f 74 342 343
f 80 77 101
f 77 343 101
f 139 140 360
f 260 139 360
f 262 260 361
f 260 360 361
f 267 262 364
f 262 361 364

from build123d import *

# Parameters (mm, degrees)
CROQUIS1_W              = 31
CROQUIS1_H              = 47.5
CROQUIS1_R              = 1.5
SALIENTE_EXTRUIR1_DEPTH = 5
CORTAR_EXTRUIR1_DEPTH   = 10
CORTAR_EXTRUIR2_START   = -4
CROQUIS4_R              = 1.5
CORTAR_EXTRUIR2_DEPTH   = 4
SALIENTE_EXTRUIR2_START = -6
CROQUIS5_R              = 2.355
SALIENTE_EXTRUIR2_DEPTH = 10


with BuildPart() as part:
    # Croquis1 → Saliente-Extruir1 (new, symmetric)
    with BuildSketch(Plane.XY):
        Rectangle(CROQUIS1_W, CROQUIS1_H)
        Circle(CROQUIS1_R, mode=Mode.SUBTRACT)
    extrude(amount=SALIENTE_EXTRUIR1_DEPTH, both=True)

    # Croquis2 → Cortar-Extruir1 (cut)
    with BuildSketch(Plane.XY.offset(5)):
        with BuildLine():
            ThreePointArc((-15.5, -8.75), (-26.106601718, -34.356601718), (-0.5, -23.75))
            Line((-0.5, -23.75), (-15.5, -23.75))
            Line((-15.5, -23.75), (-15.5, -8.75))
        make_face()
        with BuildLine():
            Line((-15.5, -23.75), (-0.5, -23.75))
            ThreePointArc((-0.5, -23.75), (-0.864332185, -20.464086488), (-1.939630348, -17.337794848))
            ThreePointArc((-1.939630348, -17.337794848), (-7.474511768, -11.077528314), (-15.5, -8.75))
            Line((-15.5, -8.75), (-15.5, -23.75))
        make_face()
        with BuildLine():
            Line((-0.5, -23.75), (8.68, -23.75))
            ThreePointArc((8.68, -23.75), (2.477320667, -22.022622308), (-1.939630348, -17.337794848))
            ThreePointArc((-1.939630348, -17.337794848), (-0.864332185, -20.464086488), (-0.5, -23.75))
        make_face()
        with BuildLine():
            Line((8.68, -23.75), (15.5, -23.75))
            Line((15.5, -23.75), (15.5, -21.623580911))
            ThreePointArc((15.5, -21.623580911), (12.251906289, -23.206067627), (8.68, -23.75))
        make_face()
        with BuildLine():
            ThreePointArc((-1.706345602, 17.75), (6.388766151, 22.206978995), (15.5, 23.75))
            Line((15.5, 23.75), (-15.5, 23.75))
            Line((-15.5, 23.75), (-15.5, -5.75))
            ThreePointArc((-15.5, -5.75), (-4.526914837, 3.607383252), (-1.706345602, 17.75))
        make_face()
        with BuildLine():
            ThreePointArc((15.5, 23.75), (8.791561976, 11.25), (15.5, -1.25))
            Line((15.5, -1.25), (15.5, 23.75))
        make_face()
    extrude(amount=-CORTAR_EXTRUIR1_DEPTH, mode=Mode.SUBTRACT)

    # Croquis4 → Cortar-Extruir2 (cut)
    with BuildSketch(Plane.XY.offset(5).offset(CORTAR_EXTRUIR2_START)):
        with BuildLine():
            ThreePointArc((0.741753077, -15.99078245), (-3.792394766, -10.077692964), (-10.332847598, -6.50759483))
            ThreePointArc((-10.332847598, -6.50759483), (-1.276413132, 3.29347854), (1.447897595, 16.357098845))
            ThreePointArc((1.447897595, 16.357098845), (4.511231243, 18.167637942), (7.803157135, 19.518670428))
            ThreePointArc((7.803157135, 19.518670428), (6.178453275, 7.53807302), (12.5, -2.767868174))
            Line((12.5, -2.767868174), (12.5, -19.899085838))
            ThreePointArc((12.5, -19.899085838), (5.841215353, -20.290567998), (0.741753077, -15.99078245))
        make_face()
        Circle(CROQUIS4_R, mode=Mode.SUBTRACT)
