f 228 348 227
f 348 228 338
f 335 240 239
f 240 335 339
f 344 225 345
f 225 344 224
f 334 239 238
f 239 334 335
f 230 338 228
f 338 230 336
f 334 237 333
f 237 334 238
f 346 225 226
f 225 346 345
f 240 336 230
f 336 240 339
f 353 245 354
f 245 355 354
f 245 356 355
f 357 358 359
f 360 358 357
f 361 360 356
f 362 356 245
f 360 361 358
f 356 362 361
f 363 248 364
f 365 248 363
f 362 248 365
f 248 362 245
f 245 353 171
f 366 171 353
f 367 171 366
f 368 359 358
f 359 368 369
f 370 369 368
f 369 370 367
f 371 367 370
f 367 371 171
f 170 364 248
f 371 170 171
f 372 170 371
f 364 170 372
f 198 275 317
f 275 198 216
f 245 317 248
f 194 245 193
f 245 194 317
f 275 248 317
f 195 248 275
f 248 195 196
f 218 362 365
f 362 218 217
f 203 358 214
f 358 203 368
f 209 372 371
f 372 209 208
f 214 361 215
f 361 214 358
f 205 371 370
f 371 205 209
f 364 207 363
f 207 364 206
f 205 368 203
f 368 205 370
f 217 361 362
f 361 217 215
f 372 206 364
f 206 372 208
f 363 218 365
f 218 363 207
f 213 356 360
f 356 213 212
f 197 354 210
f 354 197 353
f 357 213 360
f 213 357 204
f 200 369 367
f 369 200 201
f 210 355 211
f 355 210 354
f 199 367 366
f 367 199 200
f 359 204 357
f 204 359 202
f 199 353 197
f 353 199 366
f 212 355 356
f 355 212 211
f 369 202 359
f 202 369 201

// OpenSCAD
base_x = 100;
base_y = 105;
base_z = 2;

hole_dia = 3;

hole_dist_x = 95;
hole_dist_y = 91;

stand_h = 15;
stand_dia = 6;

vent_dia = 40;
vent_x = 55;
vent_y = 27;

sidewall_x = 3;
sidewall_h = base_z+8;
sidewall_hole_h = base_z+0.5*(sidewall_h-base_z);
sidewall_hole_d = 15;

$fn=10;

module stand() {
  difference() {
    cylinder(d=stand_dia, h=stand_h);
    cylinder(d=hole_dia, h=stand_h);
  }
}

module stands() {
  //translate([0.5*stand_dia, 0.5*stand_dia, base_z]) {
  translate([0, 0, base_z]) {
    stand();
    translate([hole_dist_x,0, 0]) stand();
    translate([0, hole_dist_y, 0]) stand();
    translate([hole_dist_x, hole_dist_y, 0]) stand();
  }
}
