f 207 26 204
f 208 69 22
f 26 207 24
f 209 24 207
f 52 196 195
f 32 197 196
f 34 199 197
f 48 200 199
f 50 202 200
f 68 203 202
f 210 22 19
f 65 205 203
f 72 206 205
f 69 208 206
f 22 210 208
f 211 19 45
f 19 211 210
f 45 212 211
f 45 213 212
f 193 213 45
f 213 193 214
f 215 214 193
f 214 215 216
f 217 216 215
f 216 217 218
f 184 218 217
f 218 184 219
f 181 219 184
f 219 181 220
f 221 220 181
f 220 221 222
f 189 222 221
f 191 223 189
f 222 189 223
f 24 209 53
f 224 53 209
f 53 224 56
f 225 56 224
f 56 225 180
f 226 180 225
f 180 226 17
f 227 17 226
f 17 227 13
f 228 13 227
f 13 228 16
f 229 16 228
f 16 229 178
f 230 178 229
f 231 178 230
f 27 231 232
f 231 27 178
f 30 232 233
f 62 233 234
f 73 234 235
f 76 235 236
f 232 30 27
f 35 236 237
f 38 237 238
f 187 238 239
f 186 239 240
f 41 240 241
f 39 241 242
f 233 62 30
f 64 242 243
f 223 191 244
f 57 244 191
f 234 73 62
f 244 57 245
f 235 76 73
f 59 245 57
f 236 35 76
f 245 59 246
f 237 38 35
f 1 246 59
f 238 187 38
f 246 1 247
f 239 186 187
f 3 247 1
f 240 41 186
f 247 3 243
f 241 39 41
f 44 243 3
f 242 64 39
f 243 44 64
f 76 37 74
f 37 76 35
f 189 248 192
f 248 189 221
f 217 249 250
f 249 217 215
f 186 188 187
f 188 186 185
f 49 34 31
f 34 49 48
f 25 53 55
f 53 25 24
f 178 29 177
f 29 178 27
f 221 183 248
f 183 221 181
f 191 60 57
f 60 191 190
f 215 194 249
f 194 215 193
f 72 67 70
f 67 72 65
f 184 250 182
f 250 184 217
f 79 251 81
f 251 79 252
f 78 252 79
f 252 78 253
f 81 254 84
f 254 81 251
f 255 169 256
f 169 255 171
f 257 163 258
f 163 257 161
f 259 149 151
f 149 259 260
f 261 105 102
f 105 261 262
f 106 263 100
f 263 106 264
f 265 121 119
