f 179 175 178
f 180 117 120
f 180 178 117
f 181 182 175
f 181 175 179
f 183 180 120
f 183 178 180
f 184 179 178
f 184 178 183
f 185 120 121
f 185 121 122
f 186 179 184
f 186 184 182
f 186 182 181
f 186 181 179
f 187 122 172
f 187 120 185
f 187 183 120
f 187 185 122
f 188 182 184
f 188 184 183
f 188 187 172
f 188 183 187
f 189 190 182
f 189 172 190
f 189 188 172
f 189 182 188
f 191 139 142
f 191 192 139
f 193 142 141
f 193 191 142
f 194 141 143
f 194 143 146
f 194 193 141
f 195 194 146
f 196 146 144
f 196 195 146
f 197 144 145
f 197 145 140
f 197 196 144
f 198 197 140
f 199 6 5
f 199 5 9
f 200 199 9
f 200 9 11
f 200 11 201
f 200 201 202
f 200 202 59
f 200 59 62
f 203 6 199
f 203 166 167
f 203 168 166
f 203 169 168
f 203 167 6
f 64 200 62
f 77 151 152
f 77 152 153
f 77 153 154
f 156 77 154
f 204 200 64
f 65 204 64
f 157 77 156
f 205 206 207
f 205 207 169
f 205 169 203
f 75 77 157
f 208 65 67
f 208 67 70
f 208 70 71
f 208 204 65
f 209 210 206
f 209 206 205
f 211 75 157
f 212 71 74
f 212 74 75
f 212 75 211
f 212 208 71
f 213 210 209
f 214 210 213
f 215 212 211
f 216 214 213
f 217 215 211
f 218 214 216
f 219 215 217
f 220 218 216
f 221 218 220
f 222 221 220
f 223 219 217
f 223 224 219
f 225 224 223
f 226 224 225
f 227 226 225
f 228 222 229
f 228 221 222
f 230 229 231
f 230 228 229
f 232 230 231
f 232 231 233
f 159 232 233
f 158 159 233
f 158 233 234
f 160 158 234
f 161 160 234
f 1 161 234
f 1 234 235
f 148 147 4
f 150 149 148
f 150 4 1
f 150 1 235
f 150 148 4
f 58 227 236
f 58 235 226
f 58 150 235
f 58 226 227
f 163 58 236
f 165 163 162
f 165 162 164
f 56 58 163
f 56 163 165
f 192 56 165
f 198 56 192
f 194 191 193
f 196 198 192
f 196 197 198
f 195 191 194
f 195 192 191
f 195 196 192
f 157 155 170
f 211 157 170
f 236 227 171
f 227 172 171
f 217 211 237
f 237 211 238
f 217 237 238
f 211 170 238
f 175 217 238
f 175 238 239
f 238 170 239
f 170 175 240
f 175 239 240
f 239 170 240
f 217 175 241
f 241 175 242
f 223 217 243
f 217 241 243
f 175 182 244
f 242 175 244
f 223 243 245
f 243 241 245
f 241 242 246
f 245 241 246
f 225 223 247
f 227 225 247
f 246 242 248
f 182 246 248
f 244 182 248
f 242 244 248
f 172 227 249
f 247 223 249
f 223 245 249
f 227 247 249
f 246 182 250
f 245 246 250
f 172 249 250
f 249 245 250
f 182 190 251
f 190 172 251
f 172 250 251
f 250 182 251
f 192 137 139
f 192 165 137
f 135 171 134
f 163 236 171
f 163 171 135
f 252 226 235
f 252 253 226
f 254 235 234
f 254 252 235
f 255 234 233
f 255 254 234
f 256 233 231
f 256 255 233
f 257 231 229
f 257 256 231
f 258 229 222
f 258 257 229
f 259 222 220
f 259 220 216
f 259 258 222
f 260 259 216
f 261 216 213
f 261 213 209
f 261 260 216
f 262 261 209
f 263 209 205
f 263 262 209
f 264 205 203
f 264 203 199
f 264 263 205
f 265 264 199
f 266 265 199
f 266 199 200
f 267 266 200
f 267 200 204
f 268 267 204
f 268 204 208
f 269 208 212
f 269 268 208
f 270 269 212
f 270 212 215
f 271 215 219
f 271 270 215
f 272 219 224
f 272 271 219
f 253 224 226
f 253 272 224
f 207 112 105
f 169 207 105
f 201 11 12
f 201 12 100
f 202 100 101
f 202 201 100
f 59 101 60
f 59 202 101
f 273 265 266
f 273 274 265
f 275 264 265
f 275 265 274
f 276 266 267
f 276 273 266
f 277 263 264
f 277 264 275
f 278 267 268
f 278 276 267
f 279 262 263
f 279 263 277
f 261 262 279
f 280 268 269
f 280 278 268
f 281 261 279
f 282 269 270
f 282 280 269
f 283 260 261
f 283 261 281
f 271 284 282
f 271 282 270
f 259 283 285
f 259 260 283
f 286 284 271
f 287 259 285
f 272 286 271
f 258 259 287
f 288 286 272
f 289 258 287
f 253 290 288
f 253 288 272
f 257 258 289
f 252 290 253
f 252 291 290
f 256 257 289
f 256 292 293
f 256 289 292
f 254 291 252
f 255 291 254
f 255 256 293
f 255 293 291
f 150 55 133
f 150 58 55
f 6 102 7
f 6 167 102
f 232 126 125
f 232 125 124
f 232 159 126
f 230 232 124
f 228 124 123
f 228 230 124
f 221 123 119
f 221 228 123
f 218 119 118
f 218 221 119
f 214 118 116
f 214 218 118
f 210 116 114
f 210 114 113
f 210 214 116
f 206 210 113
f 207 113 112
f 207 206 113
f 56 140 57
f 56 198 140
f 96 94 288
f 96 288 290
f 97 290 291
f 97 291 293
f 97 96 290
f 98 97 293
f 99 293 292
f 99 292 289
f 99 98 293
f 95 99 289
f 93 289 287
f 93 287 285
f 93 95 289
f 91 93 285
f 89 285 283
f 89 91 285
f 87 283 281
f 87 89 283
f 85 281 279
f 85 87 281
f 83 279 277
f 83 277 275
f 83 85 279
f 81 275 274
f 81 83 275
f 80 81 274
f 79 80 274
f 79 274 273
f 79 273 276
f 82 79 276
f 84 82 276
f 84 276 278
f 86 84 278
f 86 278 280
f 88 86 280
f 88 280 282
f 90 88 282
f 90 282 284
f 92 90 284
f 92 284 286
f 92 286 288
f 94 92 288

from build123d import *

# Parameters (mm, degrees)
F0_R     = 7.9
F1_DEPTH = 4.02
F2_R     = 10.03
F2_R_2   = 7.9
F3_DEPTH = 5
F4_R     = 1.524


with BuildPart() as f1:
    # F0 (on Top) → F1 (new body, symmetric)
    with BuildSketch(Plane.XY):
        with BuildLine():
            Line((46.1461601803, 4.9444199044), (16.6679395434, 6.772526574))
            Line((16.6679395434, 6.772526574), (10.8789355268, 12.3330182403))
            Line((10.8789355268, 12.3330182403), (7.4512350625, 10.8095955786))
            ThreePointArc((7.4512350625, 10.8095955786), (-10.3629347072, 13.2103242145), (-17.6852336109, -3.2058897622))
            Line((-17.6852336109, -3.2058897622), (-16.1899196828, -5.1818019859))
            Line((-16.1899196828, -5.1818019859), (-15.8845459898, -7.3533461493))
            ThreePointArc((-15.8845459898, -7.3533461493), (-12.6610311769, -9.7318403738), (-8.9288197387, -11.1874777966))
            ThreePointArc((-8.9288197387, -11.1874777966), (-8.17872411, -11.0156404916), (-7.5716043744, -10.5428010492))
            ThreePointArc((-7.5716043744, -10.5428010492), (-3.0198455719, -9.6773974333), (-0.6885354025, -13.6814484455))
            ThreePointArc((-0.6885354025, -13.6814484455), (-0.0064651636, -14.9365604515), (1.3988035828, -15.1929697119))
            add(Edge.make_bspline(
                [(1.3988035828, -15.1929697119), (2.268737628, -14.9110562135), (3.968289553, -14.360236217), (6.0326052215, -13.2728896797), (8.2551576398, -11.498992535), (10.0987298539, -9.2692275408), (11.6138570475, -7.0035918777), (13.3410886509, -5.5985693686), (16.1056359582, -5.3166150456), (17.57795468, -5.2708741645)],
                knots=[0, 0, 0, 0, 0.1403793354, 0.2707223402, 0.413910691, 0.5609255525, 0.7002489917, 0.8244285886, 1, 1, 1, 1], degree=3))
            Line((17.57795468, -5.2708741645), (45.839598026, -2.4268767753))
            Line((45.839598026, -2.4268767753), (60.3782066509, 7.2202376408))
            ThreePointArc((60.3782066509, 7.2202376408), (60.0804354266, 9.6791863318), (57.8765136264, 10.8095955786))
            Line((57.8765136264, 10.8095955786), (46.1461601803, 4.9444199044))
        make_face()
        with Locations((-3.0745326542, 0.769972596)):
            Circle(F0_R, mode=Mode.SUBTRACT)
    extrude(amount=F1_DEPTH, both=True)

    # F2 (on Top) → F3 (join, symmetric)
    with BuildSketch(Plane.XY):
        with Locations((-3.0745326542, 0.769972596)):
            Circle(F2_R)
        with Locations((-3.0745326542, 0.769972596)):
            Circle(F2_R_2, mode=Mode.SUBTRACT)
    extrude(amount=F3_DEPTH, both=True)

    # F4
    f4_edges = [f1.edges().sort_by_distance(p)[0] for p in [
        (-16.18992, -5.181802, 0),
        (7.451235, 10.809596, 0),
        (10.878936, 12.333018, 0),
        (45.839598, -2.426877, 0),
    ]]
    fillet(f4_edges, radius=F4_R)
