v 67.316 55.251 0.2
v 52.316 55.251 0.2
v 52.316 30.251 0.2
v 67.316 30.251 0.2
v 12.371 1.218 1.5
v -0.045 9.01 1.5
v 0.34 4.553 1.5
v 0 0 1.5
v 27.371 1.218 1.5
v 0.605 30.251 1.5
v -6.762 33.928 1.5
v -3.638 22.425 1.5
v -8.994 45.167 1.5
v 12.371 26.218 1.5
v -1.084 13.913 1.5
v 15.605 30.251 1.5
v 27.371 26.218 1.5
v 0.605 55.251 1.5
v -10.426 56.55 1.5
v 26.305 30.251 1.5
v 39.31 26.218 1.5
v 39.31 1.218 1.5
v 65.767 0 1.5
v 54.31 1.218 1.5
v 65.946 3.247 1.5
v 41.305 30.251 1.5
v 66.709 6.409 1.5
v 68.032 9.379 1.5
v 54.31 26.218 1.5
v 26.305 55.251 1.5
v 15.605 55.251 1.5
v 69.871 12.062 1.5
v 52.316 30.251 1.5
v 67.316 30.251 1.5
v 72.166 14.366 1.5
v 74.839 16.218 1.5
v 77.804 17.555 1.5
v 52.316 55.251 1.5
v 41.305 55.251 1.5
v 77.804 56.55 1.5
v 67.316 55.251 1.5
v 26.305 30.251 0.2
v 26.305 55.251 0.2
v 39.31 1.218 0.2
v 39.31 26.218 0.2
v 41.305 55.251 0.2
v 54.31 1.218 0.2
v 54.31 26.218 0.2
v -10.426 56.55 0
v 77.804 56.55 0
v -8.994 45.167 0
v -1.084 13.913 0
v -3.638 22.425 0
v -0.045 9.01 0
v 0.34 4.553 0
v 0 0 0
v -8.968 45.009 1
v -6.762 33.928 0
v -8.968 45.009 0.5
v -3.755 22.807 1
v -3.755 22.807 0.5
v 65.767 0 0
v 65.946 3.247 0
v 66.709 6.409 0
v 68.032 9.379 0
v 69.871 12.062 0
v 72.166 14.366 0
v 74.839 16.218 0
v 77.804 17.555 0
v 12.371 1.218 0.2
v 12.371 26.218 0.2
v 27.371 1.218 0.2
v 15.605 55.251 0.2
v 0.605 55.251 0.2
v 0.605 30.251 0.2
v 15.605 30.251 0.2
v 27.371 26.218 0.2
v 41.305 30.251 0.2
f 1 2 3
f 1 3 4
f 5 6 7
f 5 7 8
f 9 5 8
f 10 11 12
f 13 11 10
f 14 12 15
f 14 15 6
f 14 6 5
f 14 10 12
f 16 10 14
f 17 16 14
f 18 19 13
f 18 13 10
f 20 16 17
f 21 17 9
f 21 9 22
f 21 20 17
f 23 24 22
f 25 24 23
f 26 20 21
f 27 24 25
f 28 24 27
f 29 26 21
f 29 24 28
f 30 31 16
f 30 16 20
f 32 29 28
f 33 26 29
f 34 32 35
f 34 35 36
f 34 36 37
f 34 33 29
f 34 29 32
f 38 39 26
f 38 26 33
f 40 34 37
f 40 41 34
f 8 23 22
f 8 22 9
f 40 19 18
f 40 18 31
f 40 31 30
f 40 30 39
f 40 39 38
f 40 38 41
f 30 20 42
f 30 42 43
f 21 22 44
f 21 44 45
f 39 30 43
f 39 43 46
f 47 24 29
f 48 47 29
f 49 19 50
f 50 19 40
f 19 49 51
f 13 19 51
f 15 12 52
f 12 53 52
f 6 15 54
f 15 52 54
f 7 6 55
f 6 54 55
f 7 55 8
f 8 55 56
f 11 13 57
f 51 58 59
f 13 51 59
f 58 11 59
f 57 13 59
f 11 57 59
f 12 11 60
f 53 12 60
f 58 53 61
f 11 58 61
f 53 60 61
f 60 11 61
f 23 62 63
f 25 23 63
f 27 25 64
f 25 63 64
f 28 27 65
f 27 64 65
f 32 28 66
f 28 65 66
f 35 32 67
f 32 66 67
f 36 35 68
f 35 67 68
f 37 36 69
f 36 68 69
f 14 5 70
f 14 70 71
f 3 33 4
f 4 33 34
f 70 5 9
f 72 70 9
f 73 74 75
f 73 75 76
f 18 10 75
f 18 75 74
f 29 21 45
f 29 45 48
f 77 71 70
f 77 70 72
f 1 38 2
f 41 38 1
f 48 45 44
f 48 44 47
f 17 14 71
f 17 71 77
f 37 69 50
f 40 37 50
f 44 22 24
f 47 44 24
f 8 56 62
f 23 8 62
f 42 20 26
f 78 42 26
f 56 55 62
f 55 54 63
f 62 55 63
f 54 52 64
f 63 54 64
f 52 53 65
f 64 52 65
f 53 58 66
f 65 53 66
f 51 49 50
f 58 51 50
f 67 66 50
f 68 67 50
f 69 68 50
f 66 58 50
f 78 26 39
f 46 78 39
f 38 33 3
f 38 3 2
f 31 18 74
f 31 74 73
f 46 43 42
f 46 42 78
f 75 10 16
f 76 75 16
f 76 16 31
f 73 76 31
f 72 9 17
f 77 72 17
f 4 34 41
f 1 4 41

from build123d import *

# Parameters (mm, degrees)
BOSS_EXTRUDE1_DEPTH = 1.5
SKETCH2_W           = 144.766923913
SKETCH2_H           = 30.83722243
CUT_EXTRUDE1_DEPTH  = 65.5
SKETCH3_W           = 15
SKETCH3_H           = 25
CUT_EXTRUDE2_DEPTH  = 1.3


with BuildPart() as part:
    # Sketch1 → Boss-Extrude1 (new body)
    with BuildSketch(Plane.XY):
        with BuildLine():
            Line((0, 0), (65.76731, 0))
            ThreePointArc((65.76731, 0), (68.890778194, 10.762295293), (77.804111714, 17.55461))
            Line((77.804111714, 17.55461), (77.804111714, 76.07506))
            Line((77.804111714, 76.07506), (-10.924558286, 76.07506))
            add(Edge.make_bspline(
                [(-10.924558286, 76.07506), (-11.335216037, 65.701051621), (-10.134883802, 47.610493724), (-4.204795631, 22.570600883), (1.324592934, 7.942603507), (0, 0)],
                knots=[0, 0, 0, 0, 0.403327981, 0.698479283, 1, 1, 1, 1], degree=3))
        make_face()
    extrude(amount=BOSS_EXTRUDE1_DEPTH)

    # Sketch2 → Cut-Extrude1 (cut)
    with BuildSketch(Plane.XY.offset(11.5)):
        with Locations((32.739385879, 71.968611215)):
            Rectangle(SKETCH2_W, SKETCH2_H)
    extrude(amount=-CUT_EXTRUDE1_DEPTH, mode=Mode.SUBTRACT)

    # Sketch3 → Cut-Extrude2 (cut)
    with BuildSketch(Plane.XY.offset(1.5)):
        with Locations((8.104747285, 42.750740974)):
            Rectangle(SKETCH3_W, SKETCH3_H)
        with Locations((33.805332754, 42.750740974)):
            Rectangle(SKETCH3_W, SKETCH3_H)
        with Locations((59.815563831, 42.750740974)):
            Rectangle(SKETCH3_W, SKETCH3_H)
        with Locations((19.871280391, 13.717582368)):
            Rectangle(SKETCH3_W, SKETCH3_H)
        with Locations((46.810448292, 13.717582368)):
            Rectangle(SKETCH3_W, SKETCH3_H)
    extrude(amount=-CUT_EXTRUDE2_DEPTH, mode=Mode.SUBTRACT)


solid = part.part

^^^^^^^^

● What is needed
Your reply must contain exactly the lines from the first line of the data through the line holding "# Croquis2 → Cortar-Extruir1 (cut)", and nothing more.

● Expected answer
f 74 342 343
f 80 77 101
f 77 343 101
f 139 140 360
f 260 139 360
f 262 260 361
f 260 360 361
f 267 262 364
f 262 361 364

from build123d import *

# Parameters (mm, degrees)
CROQUIS1_W              = 31
CROQUIS1_H              = 47.5
CROQUIS1_R              = 1.5
SALIENTE_EXTRUIR1_DEPTH = 5
CORTAR_EXTRUIR1_DEPTH   = 10
CORTAR_EXTRUIR2_START   = -4
CROQUIS4_R              = 1.5
CORTAR_EXTRUIR2_DEPTH   = 4
SALIENTE_EXTRUIR2_START = -6
CROQUIS5_R              = 2.355
SALIENTE_EXTRUIR2_DEPTH = 10


with BuildPart() as part:
    # Croquis1 → Saliente-Extruir1 (new, symmetric)
    with BuildSketch(Plane.XY):
        Rectangle(CROQUIS1_W, CROQUIS1_H)
        Circle(CROQUIS1_R, mode=Mode.SUBTRACT)
    extrude(amount=SALIENTE_EXTRUIR1_DEPTH, both=True)

    # Croquis2 → Cortar-Extruir1 (cut)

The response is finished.